EXTRACTED ENTRIES —

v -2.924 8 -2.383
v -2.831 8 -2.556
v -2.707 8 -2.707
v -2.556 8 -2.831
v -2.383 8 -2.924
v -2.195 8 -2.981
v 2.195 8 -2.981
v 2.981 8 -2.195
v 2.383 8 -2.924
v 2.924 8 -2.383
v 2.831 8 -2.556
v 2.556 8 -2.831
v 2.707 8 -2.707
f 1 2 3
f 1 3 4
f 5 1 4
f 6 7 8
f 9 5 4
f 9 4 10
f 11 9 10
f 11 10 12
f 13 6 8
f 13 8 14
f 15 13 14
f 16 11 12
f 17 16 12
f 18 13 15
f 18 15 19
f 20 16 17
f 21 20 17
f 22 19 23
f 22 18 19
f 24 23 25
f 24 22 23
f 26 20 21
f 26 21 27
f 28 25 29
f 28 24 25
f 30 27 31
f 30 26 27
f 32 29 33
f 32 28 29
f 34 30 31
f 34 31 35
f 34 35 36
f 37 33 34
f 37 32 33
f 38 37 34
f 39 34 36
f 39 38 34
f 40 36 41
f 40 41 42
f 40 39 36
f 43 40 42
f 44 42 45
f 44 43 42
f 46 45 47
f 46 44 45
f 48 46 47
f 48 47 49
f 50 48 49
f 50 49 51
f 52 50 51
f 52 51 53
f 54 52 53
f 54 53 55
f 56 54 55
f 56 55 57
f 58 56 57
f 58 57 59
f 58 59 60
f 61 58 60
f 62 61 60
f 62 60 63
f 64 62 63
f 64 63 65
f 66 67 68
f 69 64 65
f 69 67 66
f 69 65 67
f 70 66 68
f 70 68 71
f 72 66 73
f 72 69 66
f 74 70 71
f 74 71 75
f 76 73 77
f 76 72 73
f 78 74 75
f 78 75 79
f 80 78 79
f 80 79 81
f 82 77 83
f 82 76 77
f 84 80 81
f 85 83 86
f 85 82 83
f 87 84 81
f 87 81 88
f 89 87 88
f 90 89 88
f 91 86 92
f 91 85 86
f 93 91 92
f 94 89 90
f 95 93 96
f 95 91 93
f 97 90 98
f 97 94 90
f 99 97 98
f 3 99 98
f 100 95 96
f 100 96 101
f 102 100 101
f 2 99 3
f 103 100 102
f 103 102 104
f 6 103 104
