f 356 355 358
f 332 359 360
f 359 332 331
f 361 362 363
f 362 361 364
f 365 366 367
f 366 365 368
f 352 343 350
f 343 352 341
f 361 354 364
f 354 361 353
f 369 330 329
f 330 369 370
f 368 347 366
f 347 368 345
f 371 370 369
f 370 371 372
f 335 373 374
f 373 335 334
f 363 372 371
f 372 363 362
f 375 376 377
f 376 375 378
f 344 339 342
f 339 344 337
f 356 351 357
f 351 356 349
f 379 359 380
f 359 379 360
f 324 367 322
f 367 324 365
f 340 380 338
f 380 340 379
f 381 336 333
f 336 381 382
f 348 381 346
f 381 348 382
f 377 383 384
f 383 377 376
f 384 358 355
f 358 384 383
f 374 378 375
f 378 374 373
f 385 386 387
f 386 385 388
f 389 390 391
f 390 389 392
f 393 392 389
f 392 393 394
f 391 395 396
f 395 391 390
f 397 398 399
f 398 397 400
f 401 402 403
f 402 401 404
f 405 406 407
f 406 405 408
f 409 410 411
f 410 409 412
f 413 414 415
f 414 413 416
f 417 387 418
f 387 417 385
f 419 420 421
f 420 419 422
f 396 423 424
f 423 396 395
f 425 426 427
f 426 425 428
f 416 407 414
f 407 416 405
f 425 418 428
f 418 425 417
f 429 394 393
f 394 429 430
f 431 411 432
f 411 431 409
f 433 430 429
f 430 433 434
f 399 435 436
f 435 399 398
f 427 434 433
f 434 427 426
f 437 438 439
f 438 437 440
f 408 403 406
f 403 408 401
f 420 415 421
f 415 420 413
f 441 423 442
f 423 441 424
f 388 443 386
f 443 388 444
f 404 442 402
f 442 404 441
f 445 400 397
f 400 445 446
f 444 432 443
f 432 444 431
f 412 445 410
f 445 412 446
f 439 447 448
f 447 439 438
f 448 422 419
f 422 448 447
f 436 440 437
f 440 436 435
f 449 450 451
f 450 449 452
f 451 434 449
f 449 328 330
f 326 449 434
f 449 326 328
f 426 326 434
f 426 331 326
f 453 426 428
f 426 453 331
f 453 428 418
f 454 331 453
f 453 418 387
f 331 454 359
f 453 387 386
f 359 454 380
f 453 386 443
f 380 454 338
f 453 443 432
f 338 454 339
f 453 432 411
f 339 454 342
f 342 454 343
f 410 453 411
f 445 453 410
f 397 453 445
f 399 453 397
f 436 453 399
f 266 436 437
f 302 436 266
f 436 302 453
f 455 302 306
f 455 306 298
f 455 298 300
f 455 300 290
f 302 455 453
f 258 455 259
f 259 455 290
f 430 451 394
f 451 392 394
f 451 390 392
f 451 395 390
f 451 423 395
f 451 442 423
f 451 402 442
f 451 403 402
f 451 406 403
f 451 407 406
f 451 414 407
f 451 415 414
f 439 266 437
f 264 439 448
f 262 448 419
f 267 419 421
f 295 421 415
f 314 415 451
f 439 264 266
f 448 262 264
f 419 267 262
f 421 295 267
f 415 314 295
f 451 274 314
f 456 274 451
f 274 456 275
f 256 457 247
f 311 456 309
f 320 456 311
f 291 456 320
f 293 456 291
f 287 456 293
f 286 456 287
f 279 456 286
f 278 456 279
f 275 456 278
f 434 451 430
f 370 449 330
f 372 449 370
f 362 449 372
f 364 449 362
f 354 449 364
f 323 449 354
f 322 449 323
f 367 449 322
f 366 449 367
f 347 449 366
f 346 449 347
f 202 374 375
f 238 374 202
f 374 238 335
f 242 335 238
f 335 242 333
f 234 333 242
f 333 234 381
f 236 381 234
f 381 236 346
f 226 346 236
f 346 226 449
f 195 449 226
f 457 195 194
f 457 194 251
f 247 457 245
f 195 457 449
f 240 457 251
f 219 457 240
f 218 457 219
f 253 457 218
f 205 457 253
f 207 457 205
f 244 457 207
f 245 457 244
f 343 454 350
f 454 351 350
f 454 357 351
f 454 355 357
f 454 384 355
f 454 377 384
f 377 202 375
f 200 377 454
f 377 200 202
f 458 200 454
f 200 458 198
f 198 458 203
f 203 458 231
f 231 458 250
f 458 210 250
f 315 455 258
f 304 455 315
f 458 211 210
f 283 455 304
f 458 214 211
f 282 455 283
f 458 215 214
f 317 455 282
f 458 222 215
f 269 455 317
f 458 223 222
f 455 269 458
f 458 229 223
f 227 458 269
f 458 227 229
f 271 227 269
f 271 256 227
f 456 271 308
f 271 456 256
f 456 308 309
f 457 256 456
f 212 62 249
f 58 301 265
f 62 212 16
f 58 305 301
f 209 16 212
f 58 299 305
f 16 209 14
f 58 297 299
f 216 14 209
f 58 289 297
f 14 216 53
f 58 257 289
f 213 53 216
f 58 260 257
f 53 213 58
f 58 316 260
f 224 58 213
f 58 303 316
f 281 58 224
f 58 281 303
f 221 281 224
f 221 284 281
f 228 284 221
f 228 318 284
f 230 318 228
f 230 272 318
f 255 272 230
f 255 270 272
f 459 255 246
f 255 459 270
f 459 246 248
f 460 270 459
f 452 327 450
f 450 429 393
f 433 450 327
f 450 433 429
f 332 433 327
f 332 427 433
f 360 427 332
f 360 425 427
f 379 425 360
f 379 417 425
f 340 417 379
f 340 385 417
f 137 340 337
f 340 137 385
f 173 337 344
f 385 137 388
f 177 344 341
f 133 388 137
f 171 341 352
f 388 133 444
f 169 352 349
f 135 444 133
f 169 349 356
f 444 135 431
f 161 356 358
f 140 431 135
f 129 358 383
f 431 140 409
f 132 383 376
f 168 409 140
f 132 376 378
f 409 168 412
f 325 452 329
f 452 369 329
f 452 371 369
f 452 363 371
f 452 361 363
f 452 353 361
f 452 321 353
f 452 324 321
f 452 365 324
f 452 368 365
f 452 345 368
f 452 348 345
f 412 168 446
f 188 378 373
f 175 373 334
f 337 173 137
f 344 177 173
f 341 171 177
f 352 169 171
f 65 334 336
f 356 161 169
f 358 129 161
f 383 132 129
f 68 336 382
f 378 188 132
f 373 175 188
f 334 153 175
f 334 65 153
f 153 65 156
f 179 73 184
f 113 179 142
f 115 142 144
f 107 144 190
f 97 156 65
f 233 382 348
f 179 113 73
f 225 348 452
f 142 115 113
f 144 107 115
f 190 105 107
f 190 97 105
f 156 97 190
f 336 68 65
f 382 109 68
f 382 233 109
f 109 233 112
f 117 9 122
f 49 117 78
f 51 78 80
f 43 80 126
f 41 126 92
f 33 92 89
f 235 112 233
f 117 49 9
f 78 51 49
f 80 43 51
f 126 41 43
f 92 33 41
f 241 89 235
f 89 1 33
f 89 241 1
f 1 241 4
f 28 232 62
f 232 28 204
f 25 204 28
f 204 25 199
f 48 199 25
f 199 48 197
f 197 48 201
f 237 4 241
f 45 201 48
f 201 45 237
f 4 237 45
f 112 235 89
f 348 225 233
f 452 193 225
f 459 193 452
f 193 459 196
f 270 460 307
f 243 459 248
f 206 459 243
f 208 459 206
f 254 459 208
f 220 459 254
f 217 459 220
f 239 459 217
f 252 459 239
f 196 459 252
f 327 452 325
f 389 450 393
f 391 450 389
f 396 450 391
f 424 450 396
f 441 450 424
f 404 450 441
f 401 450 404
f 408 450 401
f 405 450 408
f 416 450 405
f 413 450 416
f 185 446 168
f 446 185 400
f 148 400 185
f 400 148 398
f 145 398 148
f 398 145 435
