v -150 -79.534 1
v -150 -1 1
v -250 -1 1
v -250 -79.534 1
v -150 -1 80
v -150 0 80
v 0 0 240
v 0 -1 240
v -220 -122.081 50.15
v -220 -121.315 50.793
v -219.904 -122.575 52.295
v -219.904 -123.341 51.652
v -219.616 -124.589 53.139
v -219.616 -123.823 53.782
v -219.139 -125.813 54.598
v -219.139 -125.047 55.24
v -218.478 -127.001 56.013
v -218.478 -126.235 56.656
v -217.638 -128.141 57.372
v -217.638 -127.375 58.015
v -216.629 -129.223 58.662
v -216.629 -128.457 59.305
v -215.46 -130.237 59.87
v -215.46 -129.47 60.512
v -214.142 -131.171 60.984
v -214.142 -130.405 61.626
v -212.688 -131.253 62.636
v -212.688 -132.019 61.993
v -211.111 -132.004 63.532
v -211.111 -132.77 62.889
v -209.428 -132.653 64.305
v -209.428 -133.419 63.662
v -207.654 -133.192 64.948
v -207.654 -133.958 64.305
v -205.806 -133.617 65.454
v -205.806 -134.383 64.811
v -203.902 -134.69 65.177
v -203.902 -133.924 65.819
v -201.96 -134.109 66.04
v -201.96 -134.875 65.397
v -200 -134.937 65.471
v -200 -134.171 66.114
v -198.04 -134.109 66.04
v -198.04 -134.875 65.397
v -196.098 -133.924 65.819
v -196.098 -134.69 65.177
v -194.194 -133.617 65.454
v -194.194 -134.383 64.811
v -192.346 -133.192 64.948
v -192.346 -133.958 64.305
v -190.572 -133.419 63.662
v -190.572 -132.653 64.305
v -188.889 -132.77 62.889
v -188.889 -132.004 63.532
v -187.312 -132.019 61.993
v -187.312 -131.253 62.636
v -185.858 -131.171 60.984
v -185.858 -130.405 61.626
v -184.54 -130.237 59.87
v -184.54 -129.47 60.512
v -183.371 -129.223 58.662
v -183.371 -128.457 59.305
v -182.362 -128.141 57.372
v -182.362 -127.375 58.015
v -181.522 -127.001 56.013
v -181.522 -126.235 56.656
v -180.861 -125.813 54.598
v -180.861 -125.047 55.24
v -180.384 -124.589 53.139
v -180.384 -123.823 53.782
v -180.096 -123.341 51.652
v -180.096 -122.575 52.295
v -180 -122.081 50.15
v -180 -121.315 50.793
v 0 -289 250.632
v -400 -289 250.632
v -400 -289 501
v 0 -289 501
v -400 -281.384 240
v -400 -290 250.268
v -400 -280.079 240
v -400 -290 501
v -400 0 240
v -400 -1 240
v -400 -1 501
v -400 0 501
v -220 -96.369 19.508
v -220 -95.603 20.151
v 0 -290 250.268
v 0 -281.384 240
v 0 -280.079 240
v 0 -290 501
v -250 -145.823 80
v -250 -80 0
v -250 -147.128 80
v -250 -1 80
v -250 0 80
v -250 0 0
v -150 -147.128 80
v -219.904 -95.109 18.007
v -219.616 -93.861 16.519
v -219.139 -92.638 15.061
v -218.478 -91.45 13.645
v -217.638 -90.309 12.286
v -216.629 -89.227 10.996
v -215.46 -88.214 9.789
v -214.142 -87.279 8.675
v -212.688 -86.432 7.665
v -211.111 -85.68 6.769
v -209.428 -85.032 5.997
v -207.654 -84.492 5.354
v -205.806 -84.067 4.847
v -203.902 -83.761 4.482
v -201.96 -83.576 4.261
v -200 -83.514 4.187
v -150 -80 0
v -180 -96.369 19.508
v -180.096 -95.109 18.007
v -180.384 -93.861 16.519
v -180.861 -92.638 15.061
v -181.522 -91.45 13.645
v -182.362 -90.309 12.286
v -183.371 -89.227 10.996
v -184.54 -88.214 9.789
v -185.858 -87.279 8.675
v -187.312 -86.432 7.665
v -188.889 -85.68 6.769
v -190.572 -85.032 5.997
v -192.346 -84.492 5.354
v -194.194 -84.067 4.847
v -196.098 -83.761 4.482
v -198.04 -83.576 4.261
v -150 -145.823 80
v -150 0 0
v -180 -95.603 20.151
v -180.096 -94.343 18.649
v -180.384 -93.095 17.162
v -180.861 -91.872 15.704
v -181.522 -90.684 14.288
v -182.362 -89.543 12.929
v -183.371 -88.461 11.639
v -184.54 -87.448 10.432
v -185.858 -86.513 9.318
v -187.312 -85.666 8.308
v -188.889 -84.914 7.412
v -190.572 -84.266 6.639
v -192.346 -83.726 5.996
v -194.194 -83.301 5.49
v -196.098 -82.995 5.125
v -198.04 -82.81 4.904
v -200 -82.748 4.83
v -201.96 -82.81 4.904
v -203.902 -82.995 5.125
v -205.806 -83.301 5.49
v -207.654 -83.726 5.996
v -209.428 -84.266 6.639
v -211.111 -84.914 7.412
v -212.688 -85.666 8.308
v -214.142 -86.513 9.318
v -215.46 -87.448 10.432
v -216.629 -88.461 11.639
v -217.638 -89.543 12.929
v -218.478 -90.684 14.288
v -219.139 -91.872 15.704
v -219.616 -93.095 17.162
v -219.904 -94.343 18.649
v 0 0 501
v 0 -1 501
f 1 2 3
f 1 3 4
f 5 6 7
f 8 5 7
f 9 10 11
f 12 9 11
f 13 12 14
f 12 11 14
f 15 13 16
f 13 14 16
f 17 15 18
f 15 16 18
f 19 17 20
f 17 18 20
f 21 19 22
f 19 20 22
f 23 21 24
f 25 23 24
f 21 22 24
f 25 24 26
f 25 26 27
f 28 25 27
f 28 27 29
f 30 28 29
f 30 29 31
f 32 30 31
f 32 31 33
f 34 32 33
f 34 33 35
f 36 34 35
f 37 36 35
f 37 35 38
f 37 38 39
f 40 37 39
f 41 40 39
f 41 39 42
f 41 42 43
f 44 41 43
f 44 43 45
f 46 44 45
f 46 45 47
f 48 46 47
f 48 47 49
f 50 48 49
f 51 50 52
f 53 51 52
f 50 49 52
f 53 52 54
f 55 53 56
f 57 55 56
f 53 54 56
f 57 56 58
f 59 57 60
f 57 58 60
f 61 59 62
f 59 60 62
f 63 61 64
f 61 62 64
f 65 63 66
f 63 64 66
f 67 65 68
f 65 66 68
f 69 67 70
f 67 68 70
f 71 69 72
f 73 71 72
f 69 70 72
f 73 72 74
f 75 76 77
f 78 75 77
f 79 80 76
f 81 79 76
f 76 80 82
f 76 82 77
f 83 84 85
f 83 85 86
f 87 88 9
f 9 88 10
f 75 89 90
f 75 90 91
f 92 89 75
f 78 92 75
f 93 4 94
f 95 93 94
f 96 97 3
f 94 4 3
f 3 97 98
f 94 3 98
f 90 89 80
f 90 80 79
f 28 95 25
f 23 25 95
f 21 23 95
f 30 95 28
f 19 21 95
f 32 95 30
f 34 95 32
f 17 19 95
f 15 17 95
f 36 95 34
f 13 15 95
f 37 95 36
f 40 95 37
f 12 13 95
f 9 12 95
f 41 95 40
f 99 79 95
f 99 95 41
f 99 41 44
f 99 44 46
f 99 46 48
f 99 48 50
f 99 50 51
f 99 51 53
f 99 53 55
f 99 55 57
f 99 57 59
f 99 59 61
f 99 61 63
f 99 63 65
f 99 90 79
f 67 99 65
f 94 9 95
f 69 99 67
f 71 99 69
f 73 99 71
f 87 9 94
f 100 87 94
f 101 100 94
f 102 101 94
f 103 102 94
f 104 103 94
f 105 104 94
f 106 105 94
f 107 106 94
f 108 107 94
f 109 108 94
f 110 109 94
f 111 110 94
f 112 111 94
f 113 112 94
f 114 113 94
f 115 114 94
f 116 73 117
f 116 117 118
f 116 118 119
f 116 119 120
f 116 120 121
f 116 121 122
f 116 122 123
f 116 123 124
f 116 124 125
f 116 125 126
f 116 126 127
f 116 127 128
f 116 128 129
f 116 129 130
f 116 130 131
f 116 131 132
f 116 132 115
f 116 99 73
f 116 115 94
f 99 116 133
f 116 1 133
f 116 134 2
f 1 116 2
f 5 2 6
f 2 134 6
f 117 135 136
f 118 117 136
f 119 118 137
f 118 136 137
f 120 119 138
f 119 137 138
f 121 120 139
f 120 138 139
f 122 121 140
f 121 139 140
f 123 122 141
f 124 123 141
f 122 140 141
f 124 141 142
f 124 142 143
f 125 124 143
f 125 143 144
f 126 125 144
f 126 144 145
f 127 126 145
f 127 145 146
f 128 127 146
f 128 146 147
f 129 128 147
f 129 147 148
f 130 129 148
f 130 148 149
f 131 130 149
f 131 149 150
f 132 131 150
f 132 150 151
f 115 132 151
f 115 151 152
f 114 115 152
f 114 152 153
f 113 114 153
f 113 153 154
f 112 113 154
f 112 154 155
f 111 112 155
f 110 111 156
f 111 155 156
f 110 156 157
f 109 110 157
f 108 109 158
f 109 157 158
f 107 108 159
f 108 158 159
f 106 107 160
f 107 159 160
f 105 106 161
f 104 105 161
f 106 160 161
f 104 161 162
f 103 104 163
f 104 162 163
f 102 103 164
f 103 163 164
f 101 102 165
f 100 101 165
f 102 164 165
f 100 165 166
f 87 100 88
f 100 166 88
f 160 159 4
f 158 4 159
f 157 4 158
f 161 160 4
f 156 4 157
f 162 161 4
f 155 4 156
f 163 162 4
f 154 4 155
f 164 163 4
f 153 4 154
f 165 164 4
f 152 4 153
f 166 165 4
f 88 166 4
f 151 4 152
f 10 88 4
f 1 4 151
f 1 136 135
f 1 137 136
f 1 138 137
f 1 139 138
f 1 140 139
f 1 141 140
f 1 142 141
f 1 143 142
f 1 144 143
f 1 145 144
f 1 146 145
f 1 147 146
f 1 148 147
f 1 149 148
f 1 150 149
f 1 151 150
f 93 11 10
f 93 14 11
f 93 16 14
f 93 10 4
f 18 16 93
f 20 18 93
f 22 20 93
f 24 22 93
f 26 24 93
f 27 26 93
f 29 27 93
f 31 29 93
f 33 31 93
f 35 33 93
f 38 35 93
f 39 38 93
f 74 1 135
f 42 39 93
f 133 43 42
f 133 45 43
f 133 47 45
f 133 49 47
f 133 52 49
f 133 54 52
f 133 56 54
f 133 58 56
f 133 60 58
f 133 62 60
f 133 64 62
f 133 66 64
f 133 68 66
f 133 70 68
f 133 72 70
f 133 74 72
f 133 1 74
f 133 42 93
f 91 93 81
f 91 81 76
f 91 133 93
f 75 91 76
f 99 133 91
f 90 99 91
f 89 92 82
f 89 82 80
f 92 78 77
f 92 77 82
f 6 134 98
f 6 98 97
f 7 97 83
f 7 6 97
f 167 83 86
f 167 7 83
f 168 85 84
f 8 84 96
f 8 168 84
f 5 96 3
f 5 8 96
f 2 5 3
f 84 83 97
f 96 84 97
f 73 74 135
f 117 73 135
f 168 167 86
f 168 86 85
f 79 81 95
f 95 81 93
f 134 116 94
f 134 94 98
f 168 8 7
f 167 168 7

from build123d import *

# Parameters (mm, degrees)
F1_DEPTH = 400
F3_DEPTH = 290.001
F5_DEPTH = 161.870333055


# Not quite as in the source:
# - a feature names something its author has since deleted; it is built from what else it names


with BuildPart() as f1:
    # F0 (on Right) → F1 (new body)
    with BuildSketch(Plane.YZ):
        Polygon((-80, 0), (0, 0), (0, 501), (-1, 501), (-1, 1), (-79.5336923418, 1), (-289, 250.6322246791), (-289, 501), (-290, 501), (-290, 250.2682544448), align=None)
    extrude(amount=-F1_DEPTH)

    # F2 (on face) → F3 (cut, through all)
    with BuildSketch(Plane(origin=(0, 0, 0), x_dir=(-1, 0, 0), z_dir=(0, 1, 0))):
        Polygon((400, 0), (400, 240), (250, 80), (250, 0), align=None)
        Polygon((0, 0), (150, 0), (150, 80), (0, 240), align=None)
    extrude(amount=-F3_DEPTH, mode=Mode.SUBTRACT)

    # F4 (on face) → F5 (cut, through all)
    with BuildSketch(Plane(origin=(0, -46.1798826636, -38.7495225108), x_dir=(-1, 0, 0), z_dir=(0, 0.7660444431, 0.6427876097))):
        with BuildLine():
            Line((180, 116.8893164331), (180, 76.8893164331))
            ThreePointArc((180, 76.8893164331), (200, 56.8893164331), (220, 76.8893164331))
            Line((220, 76.8893164331), (220, 116.8893164331))
            ThreePointArc((220, 116.8893164331), (200, 136.8893164331), (180, 116.8893164331))
        make_face()
    extrude(amount=-F5_DEPTH, mode=Mode.SUBTRACT)


solid = f1.part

WORK REQUIRED —
Please reproduce the lines from the line with "f 1 141 140" to the line with "f 167 168 7", both ends included, exactly as they appear above.

OUTPUT FOR THIS TASK —
f 1 141 140
f 1 142 141
f 1 143 142
f 1 144 143
f 1 145 144
f 1 146 145
f 1 147 146
f 1 148 147
f 1 149 148
f 1 150 149
f 1 151 150
f 93 11 10
f 93 14 11
f 93 16 14
f 93 10 4
f 18 16 93
f 20 18 93
f 22 20 93
f 24 22 93
f 26 24 93
f 27 26 93
f 29 27 93
f 31 29 93
f 33 31 93
f 35 33 93
f 38 35 93
f 39 38 93
f 74 1 135
f 42 39 93
f 133 43 42
f 133 45 43
f 133 47 45
f 133 49 47
f 133 52 49
f 133 54 52
f 133 56 54
f 133 58 56
f 133 60 58
f 133 62 60
f 133 64 62
f 133 66 64
f 133 68 66
f 133 70 68
f 133 72 70
f 133 74 72
f 133 1 74
f 133 42 93
f 91 93 81
f 91 81 76
f 91 133 93
f 75 91 76
f 99 133 91
f 90 99 91
f 89 92 82
f 89 82 80
f 92 78 77
f 92 77 82
f 6 134 98
f 6 98 97
f 7 97 83
f 7 6 97
f 167 83 86
f 167 7 83
f 168 85 84
f 8 84 96
f 8 168 84
f 5 96 3
f 5 8 96
f 2 5 3
f 84 83 97
f 96 84 97
f 73 74 135
f 117 73 135
f 168 167 86
f 168 86 85
f 79 81 95
f 95 81 93
f 134 116 94
f 134 94 98
f 168 8 7
f 167 168 7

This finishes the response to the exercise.